To put both GPUs to work, frameworks like DeepSpeed or Hugging Face Accelerate are your friends:

DeepSpeed

Install:

pip install deepspeed

Sample inference:

import deepspeed
from transformers import AutoModelForCausalLM, AutoTokenizer

model_name = "EleutherAI/gpt-neo-2.7B"
tokenizer = AutoTokenizer.from_pretrained(model_name)
model = AutoModelForCausalLM.from_pretrained(model_name)

ds_engine = deepspeed.init_inference(model=model, mp_size=2)

Hugging Face Accelerate

Install:

pip install accelerate

Configure:

accelerate config

Sample inference:

from transformers import AutoModelForCausalLM, AutoTokenizer
from accelerate import infer_auto_device_map

model_name = "EleutherAI/gpt-neo-2.7B"
tokenizer = AutoTokenizer.from_pretrained(model_name)
model = AutoModelForCausalLM.from_pretrained(model_name)

device_map = infer_auto_device_map(model)

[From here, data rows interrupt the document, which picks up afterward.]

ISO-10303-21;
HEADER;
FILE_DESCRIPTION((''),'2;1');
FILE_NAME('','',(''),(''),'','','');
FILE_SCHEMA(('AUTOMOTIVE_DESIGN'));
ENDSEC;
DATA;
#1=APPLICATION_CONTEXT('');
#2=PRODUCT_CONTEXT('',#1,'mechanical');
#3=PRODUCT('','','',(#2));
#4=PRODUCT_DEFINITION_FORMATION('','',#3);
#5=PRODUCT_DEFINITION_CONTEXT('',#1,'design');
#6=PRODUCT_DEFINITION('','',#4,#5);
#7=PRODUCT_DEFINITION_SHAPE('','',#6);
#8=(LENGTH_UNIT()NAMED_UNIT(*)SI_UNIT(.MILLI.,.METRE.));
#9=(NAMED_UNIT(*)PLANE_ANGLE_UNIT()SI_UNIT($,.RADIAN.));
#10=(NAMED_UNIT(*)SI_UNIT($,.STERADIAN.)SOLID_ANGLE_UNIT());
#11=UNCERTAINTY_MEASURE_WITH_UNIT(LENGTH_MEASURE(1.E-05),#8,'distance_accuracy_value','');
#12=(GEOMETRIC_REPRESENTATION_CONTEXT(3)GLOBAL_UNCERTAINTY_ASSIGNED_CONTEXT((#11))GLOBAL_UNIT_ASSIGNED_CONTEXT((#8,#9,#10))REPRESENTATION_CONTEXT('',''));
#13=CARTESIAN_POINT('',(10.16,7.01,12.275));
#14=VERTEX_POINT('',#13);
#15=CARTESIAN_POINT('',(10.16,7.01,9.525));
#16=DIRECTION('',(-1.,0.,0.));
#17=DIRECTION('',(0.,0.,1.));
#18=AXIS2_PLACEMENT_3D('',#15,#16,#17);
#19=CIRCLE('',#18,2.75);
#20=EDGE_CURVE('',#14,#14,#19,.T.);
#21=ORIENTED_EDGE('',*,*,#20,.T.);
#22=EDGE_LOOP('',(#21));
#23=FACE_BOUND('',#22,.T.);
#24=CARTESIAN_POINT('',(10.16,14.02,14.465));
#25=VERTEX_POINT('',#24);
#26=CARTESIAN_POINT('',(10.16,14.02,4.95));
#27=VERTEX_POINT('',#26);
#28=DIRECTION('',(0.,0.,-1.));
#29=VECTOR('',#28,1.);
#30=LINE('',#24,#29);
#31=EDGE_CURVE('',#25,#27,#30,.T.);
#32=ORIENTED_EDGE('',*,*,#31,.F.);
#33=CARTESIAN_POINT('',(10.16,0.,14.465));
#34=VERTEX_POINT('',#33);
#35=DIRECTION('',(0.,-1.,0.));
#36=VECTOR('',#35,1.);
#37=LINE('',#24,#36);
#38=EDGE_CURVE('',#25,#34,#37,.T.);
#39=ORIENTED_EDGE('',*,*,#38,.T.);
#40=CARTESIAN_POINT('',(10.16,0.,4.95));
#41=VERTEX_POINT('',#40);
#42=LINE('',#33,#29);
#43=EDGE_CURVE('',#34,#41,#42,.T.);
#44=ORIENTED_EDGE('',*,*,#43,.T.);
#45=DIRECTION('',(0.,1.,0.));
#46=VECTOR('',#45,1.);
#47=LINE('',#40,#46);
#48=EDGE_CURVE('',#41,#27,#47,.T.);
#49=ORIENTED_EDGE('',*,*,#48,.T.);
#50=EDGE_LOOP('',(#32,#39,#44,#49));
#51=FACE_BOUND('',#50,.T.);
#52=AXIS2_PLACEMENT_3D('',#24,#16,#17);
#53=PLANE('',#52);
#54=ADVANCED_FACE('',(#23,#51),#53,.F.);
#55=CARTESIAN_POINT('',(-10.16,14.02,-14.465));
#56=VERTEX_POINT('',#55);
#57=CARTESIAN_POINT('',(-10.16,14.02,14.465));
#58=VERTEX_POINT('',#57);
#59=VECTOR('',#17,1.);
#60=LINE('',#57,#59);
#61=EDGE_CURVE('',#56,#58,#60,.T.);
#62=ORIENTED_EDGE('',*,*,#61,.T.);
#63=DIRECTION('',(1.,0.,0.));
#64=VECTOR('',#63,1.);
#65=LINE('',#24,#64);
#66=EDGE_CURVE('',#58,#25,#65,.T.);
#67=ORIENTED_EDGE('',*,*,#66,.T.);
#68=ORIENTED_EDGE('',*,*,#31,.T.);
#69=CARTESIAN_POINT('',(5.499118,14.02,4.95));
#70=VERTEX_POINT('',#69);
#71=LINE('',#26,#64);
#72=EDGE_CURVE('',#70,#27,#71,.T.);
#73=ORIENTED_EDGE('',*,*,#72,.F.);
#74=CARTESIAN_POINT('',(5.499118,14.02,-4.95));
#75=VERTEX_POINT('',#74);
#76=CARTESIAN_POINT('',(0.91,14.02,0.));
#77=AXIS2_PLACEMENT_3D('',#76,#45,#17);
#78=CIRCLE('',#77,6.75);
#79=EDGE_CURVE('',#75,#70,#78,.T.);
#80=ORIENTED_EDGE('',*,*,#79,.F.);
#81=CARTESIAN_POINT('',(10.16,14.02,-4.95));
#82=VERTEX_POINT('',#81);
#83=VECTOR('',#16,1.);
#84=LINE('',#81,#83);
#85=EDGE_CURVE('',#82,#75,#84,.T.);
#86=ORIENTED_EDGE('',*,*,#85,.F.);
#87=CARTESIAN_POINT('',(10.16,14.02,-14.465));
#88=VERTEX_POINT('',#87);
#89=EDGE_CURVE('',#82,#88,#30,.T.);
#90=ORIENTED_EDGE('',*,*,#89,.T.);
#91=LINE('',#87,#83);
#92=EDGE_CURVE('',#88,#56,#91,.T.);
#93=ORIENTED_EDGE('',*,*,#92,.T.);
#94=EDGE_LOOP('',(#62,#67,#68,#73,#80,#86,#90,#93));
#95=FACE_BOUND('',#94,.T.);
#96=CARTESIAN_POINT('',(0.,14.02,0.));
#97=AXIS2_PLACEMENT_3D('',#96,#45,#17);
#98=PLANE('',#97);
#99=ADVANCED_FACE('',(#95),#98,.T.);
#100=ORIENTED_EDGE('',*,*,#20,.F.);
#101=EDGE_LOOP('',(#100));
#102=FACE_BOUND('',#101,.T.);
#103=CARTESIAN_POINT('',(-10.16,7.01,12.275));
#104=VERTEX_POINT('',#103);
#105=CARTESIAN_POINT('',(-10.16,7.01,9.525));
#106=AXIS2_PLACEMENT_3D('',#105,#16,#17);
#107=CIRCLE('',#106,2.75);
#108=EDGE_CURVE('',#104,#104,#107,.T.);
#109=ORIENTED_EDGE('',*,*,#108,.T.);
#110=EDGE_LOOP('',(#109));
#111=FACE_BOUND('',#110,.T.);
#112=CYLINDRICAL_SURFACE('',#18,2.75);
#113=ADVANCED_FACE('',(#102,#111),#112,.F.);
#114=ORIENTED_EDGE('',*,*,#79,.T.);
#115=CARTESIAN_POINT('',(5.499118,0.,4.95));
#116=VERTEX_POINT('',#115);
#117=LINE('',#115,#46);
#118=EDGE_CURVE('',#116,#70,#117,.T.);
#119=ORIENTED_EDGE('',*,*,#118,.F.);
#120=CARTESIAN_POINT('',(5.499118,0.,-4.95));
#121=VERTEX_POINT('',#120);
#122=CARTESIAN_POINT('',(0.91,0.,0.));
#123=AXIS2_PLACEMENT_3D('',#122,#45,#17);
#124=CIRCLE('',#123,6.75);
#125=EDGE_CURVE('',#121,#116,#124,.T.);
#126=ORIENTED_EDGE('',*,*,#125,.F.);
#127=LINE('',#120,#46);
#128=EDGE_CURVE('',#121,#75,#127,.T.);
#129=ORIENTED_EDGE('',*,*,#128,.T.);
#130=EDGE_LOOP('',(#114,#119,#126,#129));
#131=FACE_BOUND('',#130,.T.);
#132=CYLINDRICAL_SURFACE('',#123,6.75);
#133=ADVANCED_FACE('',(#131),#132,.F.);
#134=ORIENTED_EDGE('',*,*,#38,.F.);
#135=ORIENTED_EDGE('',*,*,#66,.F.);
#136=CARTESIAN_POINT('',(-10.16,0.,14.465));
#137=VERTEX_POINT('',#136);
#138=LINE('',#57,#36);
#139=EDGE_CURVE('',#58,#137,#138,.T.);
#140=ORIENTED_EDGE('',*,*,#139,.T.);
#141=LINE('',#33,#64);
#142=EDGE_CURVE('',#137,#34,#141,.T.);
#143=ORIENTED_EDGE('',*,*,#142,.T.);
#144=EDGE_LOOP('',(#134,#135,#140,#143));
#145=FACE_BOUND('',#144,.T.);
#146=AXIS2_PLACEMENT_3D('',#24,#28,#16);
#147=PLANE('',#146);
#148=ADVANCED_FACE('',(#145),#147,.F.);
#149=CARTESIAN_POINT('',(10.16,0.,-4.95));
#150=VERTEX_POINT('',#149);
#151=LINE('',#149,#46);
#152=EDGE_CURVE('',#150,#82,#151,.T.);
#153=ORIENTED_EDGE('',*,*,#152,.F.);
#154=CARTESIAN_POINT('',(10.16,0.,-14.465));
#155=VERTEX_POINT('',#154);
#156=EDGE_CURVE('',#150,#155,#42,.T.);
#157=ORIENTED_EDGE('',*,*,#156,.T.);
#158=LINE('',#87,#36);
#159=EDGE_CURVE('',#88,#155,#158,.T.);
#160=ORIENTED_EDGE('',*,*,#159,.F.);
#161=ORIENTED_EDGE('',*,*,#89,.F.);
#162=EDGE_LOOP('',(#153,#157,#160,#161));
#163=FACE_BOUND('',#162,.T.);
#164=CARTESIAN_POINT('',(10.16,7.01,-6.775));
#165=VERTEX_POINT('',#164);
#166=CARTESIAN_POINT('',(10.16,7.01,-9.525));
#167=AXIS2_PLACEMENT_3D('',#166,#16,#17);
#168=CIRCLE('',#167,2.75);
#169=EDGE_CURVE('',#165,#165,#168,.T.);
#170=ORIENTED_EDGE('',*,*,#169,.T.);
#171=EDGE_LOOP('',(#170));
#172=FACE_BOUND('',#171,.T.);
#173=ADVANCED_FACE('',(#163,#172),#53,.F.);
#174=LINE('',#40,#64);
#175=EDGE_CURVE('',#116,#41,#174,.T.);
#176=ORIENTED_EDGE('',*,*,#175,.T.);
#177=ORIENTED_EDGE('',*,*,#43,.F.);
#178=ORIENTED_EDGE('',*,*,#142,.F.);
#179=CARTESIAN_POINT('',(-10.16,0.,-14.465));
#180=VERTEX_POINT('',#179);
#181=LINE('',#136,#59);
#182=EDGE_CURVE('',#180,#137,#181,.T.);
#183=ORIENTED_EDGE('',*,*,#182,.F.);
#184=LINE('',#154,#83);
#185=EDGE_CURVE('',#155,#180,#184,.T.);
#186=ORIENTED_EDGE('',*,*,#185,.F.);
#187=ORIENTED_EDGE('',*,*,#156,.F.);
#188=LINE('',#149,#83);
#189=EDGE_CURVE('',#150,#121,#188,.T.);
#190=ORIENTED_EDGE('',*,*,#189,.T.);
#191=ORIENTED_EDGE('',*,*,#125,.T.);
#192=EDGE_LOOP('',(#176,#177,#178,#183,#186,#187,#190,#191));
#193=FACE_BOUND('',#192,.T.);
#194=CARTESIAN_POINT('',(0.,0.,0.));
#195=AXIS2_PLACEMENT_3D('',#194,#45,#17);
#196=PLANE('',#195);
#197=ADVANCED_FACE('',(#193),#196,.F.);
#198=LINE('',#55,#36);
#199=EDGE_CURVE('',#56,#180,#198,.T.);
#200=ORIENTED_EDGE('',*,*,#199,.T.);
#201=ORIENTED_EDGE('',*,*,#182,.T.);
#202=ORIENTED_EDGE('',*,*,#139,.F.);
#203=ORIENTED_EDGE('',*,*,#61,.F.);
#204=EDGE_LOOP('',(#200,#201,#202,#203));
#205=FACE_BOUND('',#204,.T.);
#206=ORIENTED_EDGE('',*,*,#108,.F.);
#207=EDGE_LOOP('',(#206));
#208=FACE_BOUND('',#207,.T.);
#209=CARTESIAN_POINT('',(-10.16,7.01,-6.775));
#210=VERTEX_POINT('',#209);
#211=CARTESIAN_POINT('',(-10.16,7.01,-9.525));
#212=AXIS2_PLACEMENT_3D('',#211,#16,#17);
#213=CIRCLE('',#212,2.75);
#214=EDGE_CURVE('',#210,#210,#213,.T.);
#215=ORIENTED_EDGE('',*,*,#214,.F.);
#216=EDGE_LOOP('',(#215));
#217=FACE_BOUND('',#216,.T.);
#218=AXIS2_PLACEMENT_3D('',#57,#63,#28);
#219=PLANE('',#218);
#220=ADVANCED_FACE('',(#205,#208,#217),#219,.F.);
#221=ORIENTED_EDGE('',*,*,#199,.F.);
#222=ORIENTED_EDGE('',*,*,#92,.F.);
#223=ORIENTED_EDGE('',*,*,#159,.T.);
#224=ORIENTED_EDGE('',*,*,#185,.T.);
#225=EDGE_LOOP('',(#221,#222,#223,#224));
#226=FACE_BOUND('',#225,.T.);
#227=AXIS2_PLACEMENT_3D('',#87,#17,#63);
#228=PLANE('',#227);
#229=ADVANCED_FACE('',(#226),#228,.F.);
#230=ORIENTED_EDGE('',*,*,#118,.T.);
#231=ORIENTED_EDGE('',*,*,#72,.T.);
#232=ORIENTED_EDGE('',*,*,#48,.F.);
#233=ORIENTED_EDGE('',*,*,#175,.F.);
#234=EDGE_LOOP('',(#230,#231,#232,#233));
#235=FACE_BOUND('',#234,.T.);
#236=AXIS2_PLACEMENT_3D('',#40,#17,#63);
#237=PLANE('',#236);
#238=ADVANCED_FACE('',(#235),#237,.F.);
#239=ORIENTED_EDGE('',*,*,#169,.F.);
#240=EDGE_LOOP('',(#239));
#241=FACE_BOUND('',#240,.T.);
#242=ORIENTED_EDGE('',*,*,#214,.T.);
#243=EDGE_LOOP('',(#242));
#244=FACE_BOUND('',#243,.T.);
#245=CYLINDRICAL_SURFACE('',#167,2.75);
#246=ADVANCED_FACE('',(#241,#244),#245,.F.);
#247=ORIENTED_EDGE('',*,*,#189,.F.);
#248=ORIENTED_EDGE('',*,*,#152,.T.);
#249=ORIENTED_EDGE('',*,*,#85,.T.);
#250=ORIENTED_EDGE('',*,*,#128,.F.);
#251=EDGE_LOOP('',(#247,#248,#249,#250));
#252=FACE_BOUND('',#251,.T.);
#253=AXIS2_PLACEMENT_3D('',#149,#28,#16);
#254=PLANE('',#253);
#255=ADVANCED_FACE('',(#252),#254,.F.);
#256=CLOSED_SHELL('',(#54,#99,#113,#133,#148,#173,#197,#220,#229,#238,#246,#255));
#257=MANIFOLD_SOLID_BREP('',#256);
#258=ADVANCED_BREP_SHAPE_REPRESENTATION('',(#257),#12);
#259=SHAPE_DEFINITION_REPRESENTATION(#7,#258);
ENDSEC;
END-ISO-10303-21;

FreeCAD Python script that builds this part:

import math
import FreeCAD as App
import Part
import Sketcher

V = App.Vector
Q = App.Units.Quantity


def add_polygon(sketch, points):
    """Adds a closed chain of lines whose ends are joined by coincident constraints."""
    first, n = sketch.GeometryCount, len(points)
    for a, b in zip(points, points[1:] + points[:1]):
        sketch.addGeometry(Part.LineSegment(App.Vector(*a, 0), App.Vector(*b, 0)), False)
    for i in range(n):
        sketch.addConstraint(Sketcher.Constraint("Coincident", first + i, 2, first + (i + 1) % n, 1))

doc = App.newDocument("Part")
body = doc.addObject("PartDesign::Body", "Body")

sketch1 = body.newObject("Sketcher::SketchObject", "Sketch")
sketch1.AttachmentSupport = (doc.getObject("XZ_Plane"), [""])
sketch1.MapMode = "FlatFace"
add_polygon(sketch1, [(-10, -14), (-10, 14), (10, 14), (10, -14)])
sketch1.addConstraint(Sketcher.Constraint("Vertical", 0))
sketch1.addConstraint(Sketcher.Constraint("Horizontal", 1))
sketch1.addConstraint(Sketcher.Constraint("Vertical", 2))
sketch1.addConstraint(Sketcher.Constraint("Horizontal", 3))
sketch1.addConstraint(Sketcher.Constraint("Symmetric", 0, 2, 2, 2, -1, 1))
sketch1.addConstraint(Sketcher.Constraint("DistanceX", 1, 1, 1, 2, Q("20.32 mm")))
sketch1.addConstraint(Sketcher.Constraint("DistanceY", 0, 1, 0, 2, Q("28.93 mm")))
pad1 = body.newObject("PartDesign::Pad", "Pad")
pad1.Profile = sketch1
pad1.Length = 14.02
pad1.Reversed = True

sketch2 = body.newObject("Sketcher::SketchObject", "Sketch001")
sketch2.AttachmentSupport = (doc.getObject("XZ_Plane"), [""])
sketch2.MapMode = "FlatFace"
sketch2.AttachmentOffset = App.Placement(V(0, 0, -14.02), App.Rotation())
sketch2.addGeometry(Part.LineSegment(V(5.5, 5, 0), V(10.2, 5, 0)), False)
sketch2.addGeometry(Part.LineSegment(V(10.2, 5, 0), V(10.2, -5, 0)), False)
sketch2.addGeometry(Part.LineSegment(V(10.2, -5, 0), V(5.5, -5, 0)), False)
sketch2.addGeometry(Part.ArcOfCircle(Part.Circle(V(0.9, 0, 0), V(0, 0, 1), 6.8), math.radians(47), math.radians(313)), False)
sketch2.addConstraint(Sketcher.Constraint("Coincident", 0, 2, 1, 1))
sketch2.addConstraint(Sketcher.Constraint("Coincident", 1, 2, 2, 1))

4. Serving OpenAI-Compatible APIs

If you want to serve up an OpenAI-compatible API, check out FastAPI or LocalAI:

FastAPI + Uvicorn

Install:

pip install fastapi uvicorn

API service code:

from fastapi import FastAPI
from transformers import AutoModelForCausalLM, AutoTokenizer
import torch

app = FastAPI()
model_name = "EleutherAI/gpt-neo-2.7B"
tokenizer = AutoTokenizer.from_pretrained(model_name)
model = AutoModelForCausalLM.from_pretrained(model_name)

@app.post("/v1/completions")
async def completions(request: CompletionRequest):
    inputs = tokenizer(request.prompt, return_tensors="pt").to("cuda:0")
    outputs = model.generate(**inputs)
    return {"choices": [{"text": outputs[0]}]}

Run it:

uvicorn serve:app --host 0.0.0.0 --port 8000

LocalAI

Install: See above for the drill.
Run:

localai --models-path /models --api-port 8080

Ending

That’s pretty much the playbook for making Ollama and other OpenAI-compatible tools fly on your local GPU, whether you’re team MacBook (thank you, Metal API) or team Ubuntu (hello, DeepSpeed). Follow these setups and you’ll squeeze every last drop out of your hardware while serving up solid APIs.